Drop + EPOS PC38X review

One of the few, and better, open-back gaming headsets.
By

Published onJune 28, 2024

6.7
PC38X
The bottom line
A simple open-back wired gaming headset with a great microphone, delivering immersive audio for those who can do without that low-end oomph.

PC38X

A simple open-back wired gaming headset with a great microphone, delivering immersive audio for those who can do without that low-end oomph.
Product release date
01/12/2022
Price
$170 USD
Dimensions
Headphones: 360 x 316 x 117 mm
Ear cup: 114 x 89 mm
Cable length: 1.29 m
Weight
289 g
Model Number
MDX-36229-1
What we like
Wide soundstage with good spatial depth
Excellent microphone quality
Includes two types of ear pads (microfiber and velour)
What we don't like
Limited controls (only volume wheel)
Sub-bass roll-off
No companion software for EQ customization
Bulky design with strong clamping force
6.7
SoundGuys Rating
6
User Rating
Rating Metric
Our Rating
User Rating
Isolation / Attenuation
2.4
2.0
2.0
Durability / Build Quality
6.0
-
0.0
Value
7.2
-
0.0
Design
8.0
-
0.0
Connectivity
6.5
-
0.0
Microphone
8.8
10.0
10.0
Portability
5.0
-
0.0
Feature
6.0
-
0.0
Comfort
7.0
-
0.0
MDAQS rating
Learn more
Timbre
4.9
Distortion
3
Immersiveness
3.6
Overall
4.7

The Drop + EPOS PC38X is one of a handful of open-back wired gaming headsets and has gathered a fan base, perhaps for that reason.

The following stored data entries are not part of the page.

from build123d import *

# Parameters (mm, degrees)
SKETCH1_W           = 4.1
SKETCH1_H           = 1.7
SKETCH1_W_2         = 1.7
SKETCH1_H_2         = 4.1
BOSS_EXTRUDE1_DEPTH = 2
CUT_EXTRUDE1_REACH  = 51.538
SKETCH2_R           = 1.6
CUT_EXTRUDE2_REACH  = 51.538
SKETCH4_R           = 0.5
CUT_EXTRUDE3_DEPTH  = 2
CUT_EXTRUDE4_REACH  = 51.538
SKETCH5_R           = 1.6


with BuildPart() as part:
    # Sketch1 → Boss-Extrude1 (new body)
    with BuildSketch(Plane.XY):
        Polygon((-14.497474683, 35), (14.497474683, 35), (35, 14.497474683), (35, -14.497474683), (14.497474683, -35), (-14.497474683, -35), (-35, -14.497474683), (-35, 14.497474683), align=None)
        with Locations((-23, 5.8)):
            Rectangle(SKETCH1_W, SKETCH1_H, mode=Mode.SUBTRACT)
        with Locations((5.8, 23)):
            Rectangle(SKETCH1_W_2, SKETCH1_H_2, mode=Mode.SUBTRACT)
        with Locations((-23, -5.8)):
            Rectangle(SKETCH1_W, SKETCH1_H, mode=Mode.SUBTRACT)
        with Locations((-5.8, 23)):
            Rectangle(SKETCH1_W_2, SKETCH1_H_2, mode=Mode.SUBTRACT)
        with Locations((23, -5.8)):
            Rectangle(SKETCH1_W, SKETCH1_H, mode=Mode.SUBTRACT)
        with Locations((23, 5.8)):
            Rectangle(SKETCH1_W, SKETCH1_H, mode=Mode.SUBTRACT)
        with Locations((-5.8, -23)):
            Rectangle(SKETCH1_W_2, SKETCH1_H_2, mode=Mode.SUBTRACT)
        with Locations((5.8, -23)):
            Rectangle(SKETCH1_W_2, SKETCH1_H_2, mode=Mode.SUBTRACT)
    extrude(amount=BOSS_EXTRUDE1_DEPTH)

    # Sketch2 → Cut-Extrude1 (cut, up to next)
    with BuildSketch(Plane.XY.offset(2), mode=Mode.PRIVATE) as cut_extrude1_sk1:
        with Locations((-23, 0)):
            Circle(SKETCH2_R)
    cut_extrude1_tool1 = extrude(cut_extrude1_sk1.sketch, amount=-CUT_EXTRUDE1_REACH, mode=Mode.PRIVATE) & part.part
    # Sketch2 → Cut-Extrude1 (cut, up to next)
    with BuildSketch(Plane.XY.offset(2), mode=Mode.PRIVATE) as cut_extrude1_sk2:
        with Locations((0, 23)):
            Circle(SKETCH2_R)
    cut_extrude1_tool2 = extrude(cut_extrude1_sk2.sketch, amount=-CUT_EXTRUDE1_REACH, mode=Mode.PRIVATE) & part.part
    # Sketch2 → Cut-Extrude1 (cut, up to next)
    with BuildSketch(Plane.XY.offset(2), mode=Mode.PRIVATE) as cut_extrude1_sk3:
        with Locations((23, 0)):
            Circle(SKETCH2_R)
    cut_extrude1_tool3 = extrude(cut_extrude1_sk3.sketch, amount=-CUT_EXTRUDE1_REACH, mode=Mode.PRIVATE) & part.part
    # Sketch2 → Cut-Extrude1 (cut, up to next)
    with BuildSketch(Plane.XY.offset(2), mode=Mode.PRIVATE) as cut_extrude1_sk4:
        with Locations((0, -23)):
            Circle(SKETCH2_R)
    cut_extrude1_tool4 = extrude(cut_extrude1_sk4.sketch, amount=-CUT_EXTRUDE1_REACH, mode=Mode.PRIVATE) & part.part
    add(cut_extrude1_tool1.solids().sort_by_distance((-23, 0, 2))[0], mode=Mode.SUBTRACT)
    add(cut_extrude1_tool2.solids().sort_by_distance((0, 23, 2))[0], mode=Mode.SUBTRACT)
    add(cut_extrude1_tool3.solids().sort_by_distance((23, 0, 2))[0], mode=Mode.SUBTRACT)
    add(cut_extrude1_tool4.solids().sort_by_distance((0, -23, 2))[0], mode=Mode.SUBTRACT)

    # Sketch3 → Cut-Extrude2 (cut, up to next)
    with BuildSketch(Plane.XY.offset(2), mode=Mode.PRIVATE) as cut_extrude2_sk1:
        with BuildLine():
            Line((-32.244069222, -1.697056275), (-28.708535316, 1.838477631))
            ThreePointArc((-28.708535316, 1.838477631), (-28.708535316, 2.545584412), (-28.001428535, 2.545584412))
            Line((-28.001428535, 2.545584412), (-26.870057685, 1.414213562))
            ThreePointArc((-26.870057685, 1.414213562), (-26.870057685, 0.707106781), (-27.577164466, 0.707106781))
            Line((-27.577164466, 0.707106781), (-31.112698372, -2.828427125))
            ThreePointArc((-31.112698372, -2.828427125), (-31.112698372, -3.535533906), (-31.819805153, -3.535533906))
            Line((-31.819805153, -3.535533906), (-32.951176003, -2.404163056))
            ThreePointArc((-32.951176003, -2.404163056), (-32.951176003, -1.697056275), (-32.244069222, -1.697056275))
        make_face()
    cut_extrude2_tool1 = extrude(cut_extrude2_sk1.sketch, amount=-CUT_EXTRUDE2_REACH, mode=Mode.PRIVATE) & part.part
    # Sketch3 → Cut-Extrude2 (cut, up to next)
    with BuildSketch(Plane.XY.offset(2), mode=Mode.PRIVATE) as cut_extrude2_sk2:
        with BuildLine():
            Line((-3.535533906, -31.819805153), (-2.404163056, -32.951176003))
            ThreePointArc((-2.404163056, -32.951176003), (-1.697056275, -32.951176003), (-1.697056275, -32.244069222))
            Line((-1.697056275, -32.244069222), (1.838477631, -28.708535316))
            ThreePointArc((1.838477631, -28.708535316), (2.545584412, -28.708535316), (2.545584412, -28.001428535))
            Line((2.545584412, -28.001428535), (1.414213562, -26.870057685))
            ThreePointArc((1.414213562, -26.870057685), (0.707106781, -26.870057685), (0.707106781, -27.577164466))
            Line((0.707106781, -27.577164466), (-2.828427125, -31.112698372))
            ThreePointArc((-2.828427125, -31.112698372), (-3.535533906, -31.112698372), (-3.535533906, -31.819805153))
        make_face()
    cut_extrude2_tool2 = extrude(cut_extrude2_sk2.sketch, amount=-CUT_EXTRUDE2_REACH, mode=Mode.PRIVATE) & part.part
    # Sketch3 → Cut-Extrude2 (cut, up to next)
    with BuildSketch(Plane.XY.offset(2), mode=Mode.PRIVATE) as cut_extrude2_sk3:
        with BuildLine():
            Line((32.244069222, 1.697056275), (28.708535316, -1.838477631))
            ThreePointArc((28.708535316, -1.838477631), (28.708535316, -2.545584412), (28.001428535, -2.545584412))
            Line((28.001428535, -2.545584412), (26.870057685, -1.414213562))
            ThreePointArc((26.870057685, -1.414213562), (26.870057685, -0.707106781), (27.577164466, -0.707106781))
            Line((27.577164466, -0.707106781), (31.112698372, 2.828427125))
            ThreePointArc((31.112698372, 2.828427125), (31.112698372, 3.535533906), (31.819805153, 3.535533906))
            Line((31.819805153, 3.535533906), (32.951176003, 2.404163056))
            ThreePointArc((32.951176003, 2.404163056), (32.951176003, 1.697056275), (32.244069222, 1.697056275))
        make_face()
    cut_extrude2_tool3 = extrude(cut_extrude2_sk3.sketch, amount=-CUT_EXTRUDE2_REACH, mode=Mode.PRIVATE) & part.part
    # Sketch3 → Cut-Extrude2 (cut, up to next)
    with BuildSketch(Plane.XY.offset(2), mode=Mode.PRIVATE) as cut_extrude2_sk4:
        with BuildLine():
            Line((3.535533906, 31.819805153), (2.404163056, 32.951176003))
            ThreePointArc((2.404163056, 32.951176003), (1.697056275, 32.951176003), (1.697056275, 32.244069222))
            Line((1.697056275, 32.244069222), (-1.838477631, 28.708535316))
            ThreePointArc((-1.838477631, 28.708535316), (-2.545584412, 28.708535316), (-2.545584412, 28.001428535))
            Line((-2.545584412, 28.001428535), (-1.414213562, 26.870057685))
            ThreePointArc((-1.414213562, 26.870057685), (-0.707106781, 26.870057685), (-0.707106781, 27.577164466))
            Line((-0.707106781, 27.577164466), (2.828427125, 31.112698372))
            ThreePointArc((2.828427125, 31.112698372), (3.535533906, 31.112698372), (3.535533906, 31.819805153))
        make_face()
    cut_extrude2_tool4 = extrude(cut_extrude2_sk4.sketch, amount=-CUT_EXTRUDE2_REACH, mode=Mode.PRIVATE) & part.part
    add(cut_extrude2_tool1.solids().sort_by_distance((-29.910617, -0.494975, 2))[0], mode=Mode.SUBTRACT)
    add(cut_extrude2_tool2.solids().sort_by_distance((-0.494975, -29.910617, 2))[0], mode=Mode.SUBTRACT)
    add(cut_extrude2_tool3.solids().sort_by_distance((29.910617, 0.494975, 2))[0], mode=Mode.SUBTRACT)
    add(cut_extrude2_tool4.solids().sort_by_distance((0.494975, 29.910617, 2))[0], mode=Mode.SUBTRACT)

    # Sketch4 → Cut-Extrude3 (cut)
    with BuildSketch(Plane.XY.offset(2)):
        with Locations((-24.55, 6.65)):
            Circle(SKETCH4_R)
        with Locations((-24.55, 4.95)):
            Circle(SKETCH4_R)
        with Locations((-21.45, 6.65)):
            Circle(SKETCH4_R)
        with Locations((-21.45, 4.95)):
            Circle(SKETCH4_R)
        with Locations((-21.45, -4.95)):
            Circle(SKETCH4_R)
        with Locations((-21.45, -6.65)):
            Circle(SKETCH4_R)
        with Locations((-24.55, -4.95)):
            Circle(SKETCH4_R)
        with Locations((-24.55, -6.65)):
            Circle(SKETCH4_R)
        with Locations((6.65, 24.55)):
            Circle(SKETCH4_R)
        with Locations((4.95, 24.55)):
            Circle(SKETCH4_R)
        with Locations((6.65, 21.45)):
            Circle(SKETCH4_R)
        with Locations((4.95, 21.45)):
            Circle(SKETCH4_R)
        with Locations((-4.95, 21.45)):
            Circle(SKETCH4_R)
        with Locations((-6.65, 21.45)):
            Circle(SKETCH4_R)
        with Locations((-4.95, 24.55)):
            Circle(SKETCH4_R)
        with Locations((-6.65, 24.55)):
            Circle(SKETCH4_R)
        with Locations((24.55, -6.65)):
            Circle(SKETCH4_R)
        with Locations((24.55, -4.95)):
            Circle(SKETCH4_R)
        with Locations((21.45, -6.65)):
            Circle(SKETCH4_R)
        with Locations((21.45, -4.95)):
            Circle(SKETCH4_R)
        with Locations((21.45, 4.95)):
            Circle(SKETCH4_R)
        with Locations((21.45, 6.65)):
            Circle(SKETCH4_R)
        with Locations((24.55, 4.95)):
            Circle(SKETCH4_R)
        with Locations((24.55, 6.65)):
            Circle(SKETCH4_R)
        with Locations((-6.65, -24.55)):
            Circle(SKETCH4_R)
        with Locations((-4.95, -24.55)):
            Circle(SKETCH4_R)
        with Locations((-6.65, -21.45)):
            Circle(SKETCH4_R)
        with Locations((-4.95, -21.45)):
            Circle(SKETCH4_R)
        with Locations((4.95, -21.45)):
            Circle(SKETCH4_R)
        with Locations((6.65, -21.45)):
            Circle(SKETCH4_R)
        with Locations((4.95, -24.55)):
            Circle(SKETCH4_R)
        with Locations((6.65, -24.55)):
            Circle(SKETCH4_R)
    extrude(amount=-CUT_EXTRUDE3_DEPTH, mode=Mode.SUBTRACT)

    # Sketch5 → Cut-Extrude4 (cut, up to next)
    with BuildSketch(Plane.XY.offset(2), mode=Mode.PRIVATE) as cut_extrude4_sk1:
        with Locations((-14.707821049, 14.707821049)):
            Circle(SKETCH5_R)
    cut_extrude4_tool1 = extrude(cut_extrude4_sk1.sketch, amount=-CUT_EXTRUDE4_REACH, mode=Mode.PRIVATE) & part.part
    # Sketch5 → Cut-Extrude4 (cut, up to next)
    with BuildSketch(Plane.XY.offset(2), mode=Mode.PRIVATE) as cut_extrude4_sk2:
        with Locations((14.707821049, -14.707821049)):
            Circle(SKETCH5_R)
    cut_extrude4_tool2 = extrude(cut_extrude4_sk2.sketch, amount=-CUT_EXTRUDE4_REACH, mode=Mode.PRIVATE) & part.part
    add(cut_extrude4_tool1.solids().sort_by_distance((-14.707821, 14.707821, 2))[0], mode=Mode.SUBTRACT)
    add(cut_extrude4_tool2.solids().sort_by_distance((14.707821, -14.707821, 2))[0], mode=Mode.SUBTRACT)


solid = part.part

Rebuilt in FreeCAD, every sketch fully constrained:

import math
import FreeCAD as App
import Part
import Sketcher
Q = App.Units.Quantity


def add_polygon(sketch, points):
    """Adds a closed chain of lines whose ends are joined by coincident constraints."""
    first, n = sketch.GeometryCount, len(points)
    for a, b in zip(points, points[1:] + points[:1]):
        sketch.addGeometry(Part.LineSegment(App.Vector(*a, 0), App.Vector(*b, 0)), False)
    for i in range(n):
        sketch.addConstraint(Sketcher.Constraint("Coincident", first + i, 2, first + (i + 1) % n, 1))

doc = App.newDocument("Part")
params = doc.addObject("Spreadsheet::Sheet", "Params")
for row, (alias, value) in enumerate([
    ("sketch1_width", "1.7 mm"),
    ("sketch1_width2", "4.1 mm"),
    ("pad1_length", "2 mm"),
    ("sketch2_diameter", "3.2 mm"),
    ("sketch3_diameter", "3.2 mm"),
    ("sketch4_diameter", "3.2 mm"),
    ("sketch5_diameter", "3.2 mm"),
    ("sketch6_radius", "0.5 mm"),
    ("sketch6_length", "5 mm"),
    ("sketch6_length2", "1.6 mm"),
    ("sketch7_radius", "0.5 mm"),
    ("sketch7_length", "5 mm"),
    ("sketch7_length2", "1.6 mm"),
    ("sketch8_radius", "0.5 mm"),
    ("sketch8_length", "5 mm"),
    ("sketch8_length2", "1.6 mm"),
    ("sketch9_radius", "0.5 mm"),
    ("sketch9_length", "5 mm"),
    ("sketch9_length2", "1.6 mm"),
    ("sketch10_diameter", "1 mm"),
    ("pocket9_length", "2 mm"),
    ("sketch11_diameter", "3.2 mm"),
    ("sketch12_diameter", "3.2 mm"),
], start=1):
    params.set(f"A{row}", alias)
    params.set(f"B{row}", "=" + value)
    params.setAlias(f"B{row}", alias)

body = doc.addObject("PartDesign::Body", "Body")

sketch1 = body.newObject("Sketcher::SketchObject", "Sketch")
sketch1.AttachmentSupport = (doc.getObject("XY_Plane"), [""])
sketch1.MapMode = "FlatFace"
add_polygon(sketch1, [(14.5, 35), (-14.5, 35), (-35, 14.5), (-35, -14.5), (-14.5, -35), (14.5, -35), (35, -14.5), (35, 14.5)])
add_polygon(sketch1, [(5, -25.1), (5, -20.9), (6.7, -20.9), (6.7, -25.1)])
add_polygon(sketch1, [(20.9, -6.7), (20.9, -5), (25.1, -5), (25.1, -6.7)])
add_polygon(sketch1, [(-6.7, -25.1), (-6.7, -20.9), (-5, -20.9), (-5, -25.1)])
add_polygon(sketch1, [(-25.1, -6.7), (-25.1, -5), (-20.9, -5), (-20.9, -6.7)])
add_polygon(sketch1, [(20.9, 5), (20.9, 6.7), (25.1, 6.7), (25.1, 5)])
add_polygon(sketch1, [(5, 20.9), (5, 25.1), (6.7, 25.1), (6.7, 20.9)])
add_polygon(sketch1, [(-25.1, 5), (-25.1, 6.7), (-20.9, 6.7), (-20.9, 5)])
add_polygon(sketch1, [(-6.7, 20.9), (-6.7, 25.1), (-5, 25.1), (-5, 20.9)])
sketch1.addConstraint([
    Sketcher.Constraint("Horizontal", 0),
    Sketcher.Constraint("Vertical", 2),
    Sketcher.Constraint("Horizontal", 4),
    Sketcher.Constraint("Vertical", 6),
    Sketcher.Constraint("Vertical", 8),
    Sketcher.Constraint("Horizontal", 9),
    Sketcher.Constraint("Vertical", 10),
    Sketcher.Constraint("Horizontal", 11),
    Sketcher.Constraint("Vertical", 12),
    Sketcher.Constraint("Horizontal", 13),
    Sketcher.Constraint("Vertical", 14),
    Sketcher.Constraint("Horizontal", 15),
    Sketcher.Constraint("Vertical", 16),
    Sketcher.Constraint("Horizontal", 17),
    Sketcher.Constraint("Vertical", 18),
    Sketcher.Constraint("Horizontal", 19),
    Sketcher.Constraint("Vertical", 20),
    Sketcher.Constraint("Horizontal", 21),
    Sketcher.Constraint("Vertical", 22),
    Sketcher.Constraint("Horizontal", 23),
    Sketcher.Constraint("Vertical", 24),
    Sketcher.Constraint("Horizontal", 25),
    Sketcher.Constraint("Vertical", 26),
    Sketcher.Constraint("Horizontal", 27),
    Sketcher.Constraint("Vertical", 28),
    Sketcher.Constraint("Horizontal", 29),
    Sketcher.Constraint("Vertical", 30),
    Sketcher.Constraint("Horizontal", 31),
    Sketcher.Constraint("Vertical", 32),
    Sketcher.Constraint("Horizontal", 33),
    Sketcher.Constraint("Vertical", 34),
    Sketcher.Constraint("Horizontal", 35),
    Sketcher.Constraint("Vertical", 36),
    Sketcher.Constraint("Horizontal", 37),
    Sketcher.Constraint("Vertical", 38),
    Sketcher.Constraint("Horizontal", 39),
    Sketcher.Constraint("Symmetric", 0, 2, 4, 2, -1, 1),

They were originally titled the Drop + Sennheiser PC38X when they first released, but since then, EPOS has taken over production. So, don’t be alarmed if you encounter this model listed under the title of either manufacturer. Besides the name, there is no other difference between them, as both headsets have the same drivers. This model followed the PC37X, and they have a similar look and feel. But are there any worthwhile upgrades under the hood? Press start to find out.

Editor’s note: this is the first version of the article. Updates will follow as the market changes.

About this Drop + EPOS PC38X review: We tested the Drop + EPOS PC38X over a period of one week. SoundGuys purchased the unit for this review.

The Drop + EPOS PC38X is for those who want a wired headset for low-latency gaming at home.

What’s it like to use the Drop + EPOS PC38X?

a man wearing a gaming headset while using a PS5 controller
The headset is breathable, but the hinges might catch long hair.

The Drop + EPOS PC38X is a bulky gaming headset made of mostly stiff, hard plastic with metal grilles on the ear cups. The headband isn’t very flexible and feels like it could be prone to breaking over time if you twist and turn it too much. If you have long hair, you should also watch out for the hinges, as they can easily pinch your locks.

The earcups don’t swivel to lay flat, only inward to fit the contours of your head. The headband also has a very strong clamping force that might take some getting used to. The earcups are tall, narrow, and ovular in shape, which some people might like but personally isn’t a preference of mine as I find they extend too far down the side of my cheeks. The padding is fairly comfortable, and you get two choices of ear pads included in the box: microfiber or velour, which will slightly change the frequency response. It would have been nice had the earpads been magnetic, but they are fairly fuss-free to remove and snap into place to swap them.

Being an open-back headset, the Drop + EPOS PC38X is fairly breathable, so you won’t build up any sweat during a heated online multiplayer match (at least around your ears). The boom mic on the left earcup is non-detachable, but it can flip up to be out of sight, with a satisfying tactile click to indicate when the mic is muted. On the right earcup, you’ll find a volume wheel, which has a round indent for the tip of your finger, making it easy to find, and it stops when you’ve reached the minimum and maximum volume.

The headset comes with a thin cloth case, which does little for portability or protection aside from keeping the dust off your headset. The braided audio cable feels sturdy, but while it is long enough to reach your controller in hand, it may be too short to reach a PC tower sitting on the floor or far from your monitor.

The controls are quite limited. Like the previous PC37X, there’s only one control: a volume wheel on the right ear cup. You can also flip the mic upwards to mute it.

How do you connect the Drop + EPOS PC38X?

The Drop + EPOS PC38X is a wired-only gaming headset. It does not have Bluetooth or wireless connectivity. The headphones come with a 1/8″ TRRS to 1/16″ TRRS cable and a Y-splitter to 1/16″ TRRS cable. Both connections offer a low-latency gaming experience, so you don’t have to worry about your audio and visuals being out of sync while you’re in the zone.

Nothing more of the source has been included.